*** Supplied data ***

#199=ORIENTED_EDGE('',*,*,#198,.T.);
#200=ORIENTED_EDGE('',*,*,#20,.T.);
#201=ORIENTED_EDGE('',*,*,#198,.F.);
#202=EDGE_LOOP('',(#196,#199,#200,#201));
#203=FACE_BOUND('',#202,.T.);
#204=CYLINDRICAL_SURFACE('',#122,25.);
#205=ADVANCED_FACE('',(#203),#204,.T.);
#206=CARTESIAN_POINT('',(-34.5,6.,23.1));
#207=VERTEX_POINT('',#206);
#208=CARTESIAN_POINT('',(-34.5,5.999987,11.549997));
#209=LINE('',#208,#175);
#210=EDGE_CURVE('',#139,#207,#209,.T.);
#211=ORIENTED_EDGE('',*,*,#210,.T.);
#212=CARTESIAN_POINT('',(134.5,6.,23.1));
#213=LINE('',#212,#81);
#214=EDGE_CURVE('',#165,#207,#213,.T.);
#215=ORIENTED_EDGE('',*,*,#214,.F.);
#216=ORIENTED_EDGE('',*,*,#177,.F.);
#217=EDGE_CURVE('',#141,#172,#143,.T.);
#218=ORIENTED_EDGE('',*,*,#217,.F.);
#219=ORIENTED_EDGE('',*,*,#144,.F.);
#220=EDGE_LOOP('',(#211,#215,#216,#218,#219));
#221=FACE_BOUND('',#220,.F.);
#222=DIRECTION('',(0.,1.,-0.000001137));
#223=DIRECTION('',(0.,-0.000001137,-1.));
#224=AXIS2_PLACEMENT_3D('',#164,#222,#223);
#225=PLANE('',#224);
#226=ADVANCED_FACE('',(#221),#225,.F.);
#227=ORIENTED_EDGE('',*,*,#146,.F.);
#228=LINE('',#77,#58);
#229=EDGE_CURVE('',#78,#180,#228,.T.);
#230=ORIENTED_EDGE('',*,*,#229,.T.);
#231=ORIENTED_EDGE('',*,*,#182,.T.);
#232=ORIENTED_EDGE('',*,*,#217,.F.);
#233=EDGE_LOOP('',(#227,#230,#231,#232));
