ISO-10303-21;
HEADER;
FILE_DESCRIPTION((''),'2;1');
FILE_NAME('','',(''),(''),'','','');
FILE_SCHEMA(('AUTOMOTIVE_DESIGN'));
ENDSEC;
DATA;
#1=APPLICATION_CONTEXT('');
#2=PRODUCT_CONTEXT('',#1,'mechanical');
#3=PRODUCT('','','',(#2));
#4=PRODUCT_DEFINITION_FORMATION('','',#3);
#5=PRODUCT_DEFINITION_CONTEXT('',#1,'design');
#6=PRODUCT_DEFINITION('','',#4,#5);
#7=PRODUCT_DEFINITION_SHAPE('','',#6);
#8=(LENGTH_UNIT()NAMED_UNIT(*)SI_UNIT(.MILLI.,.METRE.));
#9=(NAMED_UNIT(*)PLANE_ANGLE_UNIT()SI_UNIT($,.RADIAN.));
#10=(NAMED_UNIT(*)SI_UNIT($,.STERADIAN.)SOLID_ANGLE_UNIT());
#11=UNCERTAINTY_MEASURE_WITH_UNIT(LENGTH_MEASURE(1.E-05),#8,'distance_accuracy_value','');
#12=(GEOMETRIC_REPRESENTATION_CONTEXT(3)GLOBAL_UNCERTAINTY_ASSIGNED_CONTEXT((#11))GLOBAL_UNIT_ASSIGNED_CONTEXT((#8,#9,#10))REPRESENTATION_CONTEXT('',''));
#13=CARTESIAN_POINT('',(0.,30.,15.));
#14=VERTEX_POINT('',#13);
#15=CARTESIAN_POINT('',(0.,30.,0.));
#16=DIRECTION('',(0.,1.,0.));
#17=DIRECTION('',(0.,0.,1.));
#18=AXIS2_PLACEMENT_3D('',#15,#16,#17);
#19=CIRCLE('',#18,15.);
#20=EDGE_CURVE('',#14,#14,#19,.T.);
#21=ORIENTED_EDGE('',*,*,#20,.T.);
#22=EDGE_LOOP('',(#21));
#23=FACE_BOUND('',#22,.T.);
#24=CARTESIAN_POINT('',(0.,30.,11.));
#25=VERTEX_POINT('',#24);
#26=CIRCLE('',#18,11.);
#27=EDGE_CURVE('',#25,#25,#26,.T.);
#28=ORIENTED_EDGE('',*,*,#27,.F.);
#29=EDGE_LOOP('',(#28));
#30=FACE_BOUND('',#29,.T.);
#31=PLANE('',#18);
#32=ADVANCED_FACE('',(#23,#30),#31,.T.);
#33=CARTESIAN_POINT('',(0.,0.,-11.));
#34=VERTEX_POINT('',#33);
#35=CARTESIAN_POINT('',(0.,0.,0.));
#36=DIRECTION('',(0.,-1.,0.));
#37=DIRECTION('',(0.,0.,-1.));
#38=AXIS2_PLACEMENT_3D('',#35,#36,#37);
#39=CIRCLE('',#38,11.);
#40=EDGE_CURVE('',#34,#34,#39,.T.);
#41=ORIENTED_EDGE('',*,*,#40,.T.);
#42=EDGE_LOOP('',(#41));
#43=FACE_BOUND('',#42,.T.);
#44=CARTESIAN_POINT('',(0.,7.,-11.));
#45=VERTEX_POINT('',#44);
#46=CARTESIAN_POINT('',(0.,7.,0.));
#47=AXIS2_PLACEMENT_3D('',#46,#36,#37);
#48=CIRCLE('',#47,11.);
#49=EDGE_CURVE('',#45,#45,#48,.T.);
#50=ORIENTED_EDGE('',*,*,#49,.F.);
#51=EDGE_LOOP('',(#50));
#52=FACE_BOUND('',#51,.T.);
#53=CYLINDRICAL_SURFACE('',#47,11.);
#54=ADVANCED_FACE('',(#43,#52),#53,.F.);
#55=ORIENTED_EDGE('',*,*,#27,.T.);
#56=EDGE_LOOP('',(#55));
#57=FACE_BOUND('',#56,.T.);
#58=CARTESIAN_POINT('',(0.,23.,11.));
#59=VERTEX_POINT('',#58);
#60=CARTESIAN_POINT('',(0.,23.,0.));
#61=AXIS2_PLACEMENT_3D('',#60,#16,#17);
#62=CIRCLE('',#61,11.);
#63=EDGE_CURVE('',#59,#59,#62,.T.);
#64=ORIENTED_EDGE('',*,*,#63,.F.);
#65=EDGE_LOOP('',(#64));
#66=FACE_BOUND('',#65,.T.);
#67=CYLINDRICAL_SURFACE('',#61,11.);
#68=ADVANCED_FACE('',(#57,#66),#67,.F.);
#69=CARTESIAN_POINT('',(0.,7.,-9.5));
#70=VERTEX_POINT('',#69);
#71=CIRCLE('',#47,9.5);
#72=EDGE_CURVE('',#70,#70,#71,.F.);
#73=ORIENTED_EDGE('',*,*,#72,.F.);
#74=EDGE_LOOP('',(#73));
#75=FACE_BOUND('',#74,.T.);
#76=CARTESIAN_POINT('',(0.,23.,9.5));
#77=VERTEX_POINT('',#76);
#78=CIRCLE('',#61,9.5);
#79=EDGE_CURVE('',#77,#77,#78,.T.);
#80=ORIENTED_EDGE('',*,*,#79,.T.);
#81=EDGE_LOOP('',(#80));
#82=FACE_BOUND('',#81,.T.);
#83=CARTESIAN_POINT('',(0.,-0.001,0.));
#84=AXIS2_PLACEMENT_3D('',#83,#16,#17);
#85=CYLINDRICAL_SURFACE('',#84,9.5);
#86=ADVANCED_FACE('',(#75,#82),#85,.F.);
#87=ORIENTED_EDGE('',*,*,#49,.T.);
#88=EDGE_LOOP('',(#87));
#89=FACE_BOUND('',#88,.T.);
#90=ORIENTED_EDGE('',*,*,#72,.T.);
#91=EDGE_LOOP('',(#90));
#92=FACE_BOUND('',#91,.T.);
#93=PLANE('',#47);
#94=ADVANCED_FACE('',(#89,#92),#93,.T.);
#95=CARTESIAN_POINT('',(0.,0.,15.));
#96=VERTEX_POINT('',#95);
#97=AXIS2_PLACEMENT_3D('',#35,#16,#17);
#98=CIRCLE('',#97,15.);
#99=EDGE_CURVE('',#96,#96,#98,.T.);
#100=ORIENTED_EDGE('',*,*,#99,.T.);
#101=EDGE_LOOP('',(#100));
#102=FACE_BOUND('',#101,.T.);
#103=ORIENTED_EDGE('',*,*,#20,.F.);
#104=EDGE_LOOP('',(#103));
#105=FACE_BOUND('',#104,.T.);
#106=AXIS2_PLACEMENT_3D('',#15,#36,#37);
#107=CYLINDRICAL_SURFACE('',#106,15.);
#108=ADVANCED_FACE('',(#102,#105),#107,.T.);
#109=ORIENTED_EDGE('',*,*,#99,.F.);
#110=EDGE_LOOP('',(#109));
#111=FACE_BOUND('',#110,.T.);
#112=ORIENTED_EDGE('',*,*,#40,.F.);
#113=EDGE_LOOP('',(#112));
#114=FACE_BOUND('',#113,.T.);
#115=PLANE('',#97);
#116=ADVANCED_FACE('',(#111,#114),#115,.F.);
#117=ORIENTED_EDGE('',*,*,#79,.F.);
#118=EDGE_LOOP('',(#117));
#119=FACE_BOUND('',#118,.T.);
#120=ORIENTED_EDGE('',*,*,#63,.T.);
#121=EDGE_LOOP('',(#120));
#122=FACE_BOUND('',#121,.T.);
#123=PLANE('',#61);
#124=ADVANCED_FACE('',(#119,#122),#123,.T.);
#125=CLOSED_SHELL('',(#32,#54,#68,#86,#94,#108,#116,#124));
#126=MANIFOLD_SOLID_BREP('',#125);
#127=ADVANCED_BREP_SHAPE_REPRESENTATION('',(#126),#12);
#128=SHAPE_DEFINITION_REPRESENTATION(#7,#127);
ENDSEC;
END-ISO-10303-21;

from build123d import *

# Parameters (mm, degrees)
CROQUIS2_R              = 15
SALIENTE_EXTRUIR2_DEPTH = 30
CROQUIS3_R              = 11
CORTAR_EXTRUIR1_DEPTH   = 7
CORTAR_EXTRUIR2_START   = -7
CROQUIS4_R              = 11
CORTAR_EXTRUIR2_DEPTH   = 7
CORTAR_EXTRUIR3_REACH   = 33.289
CROQUIS5_R              = 9.5


with BuildPart() as part:
    # Croquis2 → Saliente-Extruir2 (new body)
    with BuildSketch(Plane(origin=(0, 0, 0), x_dir=(1, 0, 0), z_dir=(0, 1, 0))):
        with Locations(Location((0, 0, 0), (0, 0, 270))):
            Circle(CROQUIS2_R)
    extrude(amount=SALIENTE_EXTRUIR2_DEPTH)

    # Croquis3 → Cortar-Extruir1 (cut)
    with BuildSketch(Plane(origin=(0, 30, 0), x_dir=(1, 0, 0), z_dir=(0, 1, 0))):
        with Locations(Location((0, 0, 0), (0, 0, 270))):
            Circle(CROQUIS3_R)
    extrude(amount=-CORTAR_EXTRUIR1_DEPTH, mode=Mode.SUBTRACT)

    # Croquis4 → Cortar-Extruir2 (cut)
    with BuildSketch(Plane(origin=(0, 0, 0), x_dir=(-1, 0, 0), z_dir=(0, -1, 0)).offset(CORTAR_EXTRUIR2_START)):
        with Locations(Location((0, 0, 0), (0, 0, 270))):
            Circle(CROQUIS4_R)
    extrude(amount=CORTAR_EXTRUIR2_DEPTH, mode=Mode.SUBTRACT)

    # Croquis5 → Cortar-Extruir3 (cut, up to next)
    with BuildSketch(Plane(origin=(0, 23, 0), x_dir=(1, 0, 0), z_dir=(0, 1, 0)), mode=Mode.PRIVATE) as cortar_extruir3_sk1:
        with Locations(Location((0, 0, 0), (0, 0, 270))):
            Circle(CROQUIS5_R)
    cortar_extruir3_tool1 = extrude(cortar_extruir3_sk1.sketch, amount=-CORTAR_EXTRUIR3_REACH, mode=Mode.PRIVATE) & part.part
    add(cortar_extruir3_tool1.solids().sort_by_distance((0, 23, 0))[0], mode=Mode.SUBTRACT)


solid = part.part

*** End of Supplied data ***

Look above for the line holding "#71=CIRCLE('',#47,9.5);" and the line holding "#94=ADVANCED_FACE('',(#89,#92),#93,.T.);". Retype both, and every line between them, word for word and nothing else.

> [Answer to the exercise]
#71=CIRCLE('',#47,9.5);
#72=EDGE_CURVE('',#70,#70,#71,.F.);
#73=ORIENTED_EDGE('',*,*,#72,.F.);
#74=EDGE_LOOP('',(#73));
#75=FACE_BOUND('',#74,.T.);
#76=CARTESIAN_POINT('',(0.,23.,9.5));
#77=VERTEX_POINT('',#76);
#78=CIRCLE('',#61,9.5);
#79=EDGE_CURVE('',#77,#77,#78,.T.);
#80=ORIENTED_EDGE('',*,*,#79,.T.);
#81=EDGE_LOOP('',(#80));
#82=FACE_BOUND('',#81,.T.);
#83=CARTESIAN_POINT('',(0.,-0.001,0.));
#84=AXIS2_PLACEMENT_3D('',#83,#16,#17);
#85=CYLINDRICAL_SURFACE('',#84,9.5);
#86=ADVANCED_FACE('',(#75,#82),#85,.F.);
#87=ORIENTED_EDGE('',*,*,#49,.T.);
#88=EDGE_LOOP('',(#87));
#89=FACE_BOUND('',#88,.T.);
#90=ORIENTED_EDGE('',*,*,#72,.T.);
#91=EDGE_LOOP('',(#90));
#92=FACE_BOUND('',#91,.T.);
#93=PLANE('',#47);
#94=ADVANCED_FACE('',(#89,#92),#93,.T.);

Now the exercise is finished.